The high temperature (in degrees Fahrenheit), $x$, and the ice cream sales for a local store, $y$, are related by the regression line equation $\mathrm{y}=8.791 \mathrm{x}-392.966$.
Find the amount of sales predicted by the model if the high temperature is $\mathrm{x}=94^{\circ} \mathrm{F}$. Give your answer as a monetary amount rounded to the nearest cent.
$\$ 238.39$
$\$ 832.39$
$\$ 233.39$
$\$ 433.39$
Final Answer: The predicted sales when the temperature is 94 degrees Fahrenheit is approximately \(\boxed{433.39}\) dollars.
Step 1 :Given the regression line equation \(y = 8.791x - 392.966\), where \(x\) is the high temperature in degrees Fahrenheit and \(y\) is the ice cream sales for a local store.
Step 2 :We are asked to find the predicted sales when the high temperature is 94 degrees Fahrenheit. This can be found by substituting \(x = 94\) into the regression line equation.

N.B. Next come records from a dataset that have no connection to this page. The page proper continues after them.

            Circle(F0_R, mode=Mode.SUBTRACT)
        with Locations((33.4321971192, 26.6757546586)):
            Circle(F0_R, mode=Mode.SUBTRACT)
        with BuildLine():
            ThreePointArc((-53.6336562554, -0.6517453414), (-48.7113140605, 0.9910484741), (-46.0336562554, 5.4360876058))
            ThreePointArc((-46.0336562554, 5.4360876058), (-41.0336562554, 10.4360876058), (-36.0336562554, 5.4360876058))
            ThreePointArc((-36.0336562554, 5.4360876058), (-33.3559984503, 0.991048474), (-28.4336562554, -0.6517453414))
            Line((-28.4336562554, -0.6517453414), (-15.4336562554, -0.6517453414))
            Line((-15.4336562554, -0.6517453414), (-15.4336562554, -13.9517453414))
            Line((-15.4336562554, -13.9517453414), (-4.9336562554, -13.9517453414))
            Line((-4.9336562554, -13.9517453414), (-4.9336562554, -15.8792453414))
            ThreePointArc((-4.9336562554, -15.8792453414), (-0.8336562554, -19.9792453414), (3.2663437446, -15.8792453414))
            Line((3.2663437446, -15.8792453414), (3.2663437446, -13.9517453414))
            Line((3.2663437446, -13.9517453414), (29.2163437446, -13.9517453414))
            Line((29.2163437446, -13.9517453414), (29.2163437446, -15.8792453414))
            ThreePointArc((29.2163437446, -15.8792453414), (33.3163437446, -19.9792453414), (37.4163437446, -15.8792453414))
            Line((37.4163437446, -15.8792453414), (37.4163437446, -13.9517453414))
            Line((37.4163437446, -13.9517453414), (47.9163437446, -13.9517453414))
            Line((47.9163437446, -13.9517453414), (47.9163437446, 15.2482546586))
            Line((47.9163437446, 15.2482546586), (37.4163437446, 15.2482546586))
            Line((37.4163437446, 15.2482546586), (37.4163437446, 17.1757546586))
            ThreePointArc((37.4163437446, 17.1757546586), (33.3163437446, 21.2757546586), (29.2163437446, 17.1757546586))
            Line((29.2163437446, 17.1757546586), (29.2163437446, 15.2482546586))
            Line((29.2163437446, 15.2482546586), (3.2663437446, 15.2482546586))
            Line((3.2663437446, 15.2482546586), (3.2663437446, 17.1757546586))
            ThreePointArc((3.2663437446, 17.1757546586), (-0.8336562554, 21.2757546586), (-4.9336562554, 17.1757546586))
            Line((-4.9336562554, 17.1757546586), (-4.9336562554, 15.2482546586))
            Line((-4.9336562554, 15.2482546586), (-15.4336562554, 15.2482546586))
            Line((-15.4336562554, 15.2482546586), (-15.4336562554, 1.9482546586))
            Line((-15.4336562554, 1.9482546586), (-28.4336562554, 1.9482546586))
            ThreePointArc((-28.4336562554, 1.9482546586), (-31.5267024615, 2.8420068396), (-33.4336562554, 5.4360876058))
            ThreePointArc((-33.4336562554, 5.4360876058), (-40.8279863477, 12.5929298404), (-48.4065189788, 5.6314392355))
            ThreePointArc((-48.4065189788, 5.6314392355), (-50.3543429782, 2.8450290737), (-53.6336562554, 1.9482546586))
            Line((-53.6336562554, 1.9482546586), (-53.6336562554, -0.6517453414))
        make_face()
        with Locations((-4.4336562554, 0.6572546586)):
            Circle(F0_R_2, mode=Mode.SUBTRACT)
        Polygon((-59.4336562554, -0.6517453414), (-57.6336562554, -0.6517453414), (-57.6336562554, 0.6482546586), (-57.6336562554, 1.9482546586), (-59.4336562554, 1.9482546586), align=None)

Step 3 :Substituting \(x = 94\) into the equation gives \(y = 8.791(94) - 392.966\).
Step 4 :Solving the equation gives \(y = 433.38800000000003\).
Step 5 :Rounding to the nearest cent gives \(y = 433.39\).
Step 6 :Final Answer: The predicted sales when the temperature is 94 degrees Fahrenheit is approximately \(\boxed{433.39}\) dollars.